Can we explain the power of music and dance to prevent and treat illness? Many individuals around the world, from the shamans of the Indonesian jungle to the music therapists in New York, use music and dance to enhance well-being and to prevent and treat illness, but the complex elements behind this phenomenon are still largely unexplained. On one side, cognitive scientists try to answer this question by investigating the impact of music on basic human faculties such as memory, emotions and physical abilities in people affected by different types of diseases (Alzheimer's, autism, etc.). On the other, ethnomusicologists, who focus on the cultural diversity of musical expressions, may offer an important contribution to this emerging field by describing how the relation among music, dance, and health is conceived in other cultural contexts and performance settings. The project "Healing and Emotional Power of Music and Dance (HELP-MD)" aims to develop an inter-cultural and inter-disciplinary comparison between musical healing practices, in order to determine the common elements among the various cultures. Moreover, the project's objective is to create a bridge between social and health sciences, to move forward from the current state of the research and offer new and unique insights.
 
We are particularly interested in:
  • Analysing how in a given context music is used to cure, heal or prevent;
  • Working on an inter-cultural comparison;
  • Integrating methods and hypotheses of the cognitive and the health sciences.
 
The following questions are at the heart of the HELP-MD project:
  • Can we find, in different musical and cultural contexts, similarities in the way musical activity, emotional behaviours, and healing practices are linked?

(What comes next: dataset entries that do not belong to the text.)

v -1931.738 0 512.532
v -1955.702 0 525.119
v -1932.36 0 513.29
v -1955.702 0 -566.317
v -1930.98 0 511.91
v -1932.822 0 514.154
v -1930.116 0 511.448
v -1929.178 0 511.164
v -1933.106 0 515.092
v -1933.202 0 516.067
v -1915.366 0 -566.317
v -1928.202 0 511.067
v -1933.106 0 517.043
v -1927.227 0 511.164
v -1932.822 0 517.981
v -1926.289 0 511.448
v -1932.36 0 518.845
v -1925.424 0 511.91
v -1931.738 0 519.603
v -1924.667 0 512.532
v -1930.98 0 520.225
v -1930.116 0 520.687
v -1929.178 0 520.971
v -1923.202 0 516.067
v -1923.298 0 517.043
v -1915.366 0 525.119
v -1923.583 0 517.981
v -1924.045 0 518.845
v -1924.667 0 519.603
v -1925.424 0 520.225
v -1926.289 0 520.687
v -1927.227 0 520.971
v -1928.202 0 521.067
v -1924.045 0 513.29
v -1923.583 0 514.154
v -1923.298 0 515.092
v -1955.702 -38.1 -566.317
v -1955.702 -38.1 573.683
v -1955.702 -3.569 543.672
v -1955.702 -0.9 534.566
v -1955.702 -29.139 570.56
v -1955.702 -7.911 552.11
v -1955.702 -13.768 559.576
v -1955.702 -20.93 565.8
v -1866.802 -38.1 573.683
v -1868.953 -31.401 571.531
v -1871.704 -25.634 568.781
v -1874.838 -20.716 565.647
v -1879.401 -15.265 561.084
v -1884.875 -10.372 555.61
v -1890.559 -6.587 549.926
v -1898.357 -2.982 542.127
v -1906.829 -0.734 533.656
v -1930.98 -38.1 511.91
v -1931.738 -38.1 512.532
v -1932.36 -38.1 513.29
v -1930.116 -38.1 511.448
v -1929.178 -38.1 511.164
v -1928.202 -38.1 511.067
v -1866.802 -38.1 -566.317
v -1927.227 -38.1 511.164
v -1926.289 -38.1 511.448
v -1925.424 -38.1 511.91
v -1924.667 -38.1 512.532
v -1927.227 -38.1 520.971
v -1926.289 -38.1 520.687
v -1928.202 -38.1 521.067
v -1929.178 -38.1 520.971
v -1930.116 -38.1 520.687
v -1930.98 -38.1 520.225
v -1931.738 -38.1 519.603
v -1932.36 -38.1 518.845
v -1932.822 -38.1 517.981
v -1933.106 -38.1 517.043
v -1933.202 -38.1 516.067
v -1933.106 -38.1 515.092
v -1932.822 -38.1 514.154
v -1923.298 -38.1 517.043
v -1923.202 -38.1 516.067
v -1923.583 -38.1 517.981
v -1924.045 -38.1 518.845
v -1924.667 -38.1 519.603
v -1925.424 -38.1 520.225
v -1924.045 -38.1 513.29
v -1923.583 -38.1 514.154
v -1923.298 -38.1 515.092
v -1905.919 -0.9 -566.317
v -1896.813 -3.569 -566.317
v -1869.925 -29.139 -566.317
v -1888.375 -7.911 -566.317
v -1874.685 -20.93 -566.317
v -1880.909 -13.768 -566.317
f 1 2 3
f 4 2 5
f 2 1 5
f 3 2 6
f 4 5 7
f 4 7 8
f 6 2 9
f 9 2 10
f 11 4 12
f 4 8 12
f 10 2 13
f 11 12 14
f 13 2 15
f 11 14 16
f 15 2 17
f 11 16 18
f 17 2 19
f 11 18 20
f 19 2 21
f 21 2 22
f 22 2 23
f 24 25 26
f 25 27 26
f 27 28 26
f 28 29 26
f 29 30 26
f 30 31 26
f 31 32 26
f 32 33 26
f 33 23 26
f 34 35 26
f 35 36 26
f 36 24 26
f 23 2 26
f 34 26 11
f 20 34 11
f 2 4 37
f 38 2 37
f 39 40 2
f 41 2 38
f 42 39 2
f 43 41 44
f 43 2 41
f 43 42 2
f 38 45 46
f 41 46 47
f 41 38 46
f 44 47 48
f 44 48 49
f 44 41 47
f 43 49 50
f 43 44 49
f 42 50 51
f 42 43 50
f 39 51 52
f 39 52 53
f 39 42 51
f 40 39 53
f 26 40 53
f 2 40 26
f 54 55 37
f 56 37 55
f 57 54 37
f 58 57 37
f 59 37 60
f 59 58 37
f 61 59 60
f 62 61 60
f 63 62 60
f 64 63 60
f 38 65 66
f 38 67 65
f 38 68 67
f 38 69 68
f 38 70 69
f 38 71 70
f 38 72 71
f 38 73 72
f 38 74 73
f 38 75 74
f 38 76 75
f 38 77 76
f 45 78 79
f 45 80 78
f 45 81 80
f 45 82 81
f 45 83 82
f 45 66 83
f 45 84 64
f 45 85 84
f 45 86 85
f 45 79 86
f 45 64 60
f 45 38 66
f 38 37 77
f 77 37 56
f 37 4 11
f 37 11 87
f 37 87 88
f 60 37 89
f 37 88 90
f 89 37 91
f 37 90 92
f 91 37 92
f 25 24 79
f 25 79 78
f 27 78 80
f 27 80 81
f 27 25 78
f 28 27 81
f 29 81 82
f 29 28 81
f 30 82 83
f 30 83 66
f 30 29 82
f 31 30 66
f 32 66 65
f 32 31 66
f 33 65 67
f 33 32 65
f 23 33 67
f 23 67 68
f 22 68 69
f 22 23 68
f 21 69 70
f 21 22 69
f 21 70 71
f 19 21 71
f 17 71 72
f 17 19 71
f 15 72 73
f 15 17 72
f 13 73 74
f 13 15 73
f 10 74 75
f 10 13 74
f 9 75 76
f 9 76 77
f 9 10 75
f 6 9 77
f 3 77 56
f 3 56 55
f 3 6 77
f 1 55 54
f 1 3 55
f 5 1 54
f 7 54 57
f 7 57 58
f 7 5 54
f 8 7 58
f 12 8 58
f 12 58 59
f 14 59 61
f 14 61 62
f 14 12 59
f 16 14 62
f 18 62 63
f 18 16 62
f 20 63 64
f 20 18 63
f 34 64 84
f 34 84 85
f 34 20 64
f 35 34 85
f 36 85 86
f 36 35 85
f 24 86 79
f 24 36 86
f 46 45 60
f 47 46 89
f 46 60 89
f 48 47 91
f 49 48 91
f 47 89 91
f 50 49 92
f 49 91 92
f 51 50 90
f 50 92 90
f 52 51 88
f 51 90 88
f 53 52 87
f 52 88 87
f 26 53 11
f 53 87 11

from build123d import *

# Parameters (mm, degrees)
F0_W        = 88.9
F0_H        = 1140
F0_R        = 5
F1_DEPTH    = 38.1
F2_T1_DEPTH = 1382.8162885805
F2_T3_DEPTH = 331.7162885805


# Not quite as in the source:
# - a fillet or chamfer that OpenCascade refuses, or shapes differently, is made with other operations: its cross-section is extruded or revolved along the edge and cut away or added


with BuildPart() as f1:
    # F0 (on Front) → F1 (new body)
    with BuildSketch(Plane.XZ):
        with Locations((-1911.2522443051, 3.6825537682)):
            Rectangle(F0_W, F0_H)
        with Locations((-1928.2022443051, 516.0674452782)):
            Circle(F0_R, mode=Mode.SUBTRACT)
    extrude(amount=F1_DEPTH)

    # F2: fillet of radius 50 on 2 edges, made by hand

    # F2_s2 → F2_t1 (cut)
    with BuildSketch(Plane.XY.offset(-687.7255905221)):
        with BuildLine():
            ThreePointArc((-1866.8022443051, -38.1), (-1884.5029032971, -10.6617234745), (-1915.3655020212, 0))
            Line((-1915.3655020212, 0), (-1866.8022443051, 0))
            Line((-1866.8022443051, 0), (-1866.8022443051, -38.1))
        make_face()
    extrude(amount=F2_T1_DEPTH, mode=Mode.SUBTRACT)

    # F2_s4 → F2_t3 (cut)
    with BuildSketch(Plane.YZ.offset(-2077.1103885953)):
        with BuildLine():
            ThreePointArc((-38.1, 573.6825537682), (-10.6617234745, 555.9818947761), (0, 525.1192960521))
            Line((0, 525.1192960521), (0, 573.6825537682))
            Line((0, 573.6825537682), (-38.1, 573.6825537682))
        make_face()
    extrude(amount=F2_T3_DEPTH, mode=Mode.SUBTRACT)


solid = f1.part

  • How does musical practice relate with well-being, illness prevention and/or treatment?
  • How do people engage with music and/or dance with the aim of changing their emotional and/or health condition?
  • What type of symbolic associations are commonly linked to the emotional and healing power of music and dance?
  • If music is widely associated with healing practices in many societies from around the world, could this be due to its potential to elicit and control emotions?
  • How are bodily behaviours modified when people identify with a "sonic agent" (an intentional entity stably associated with a musical form)?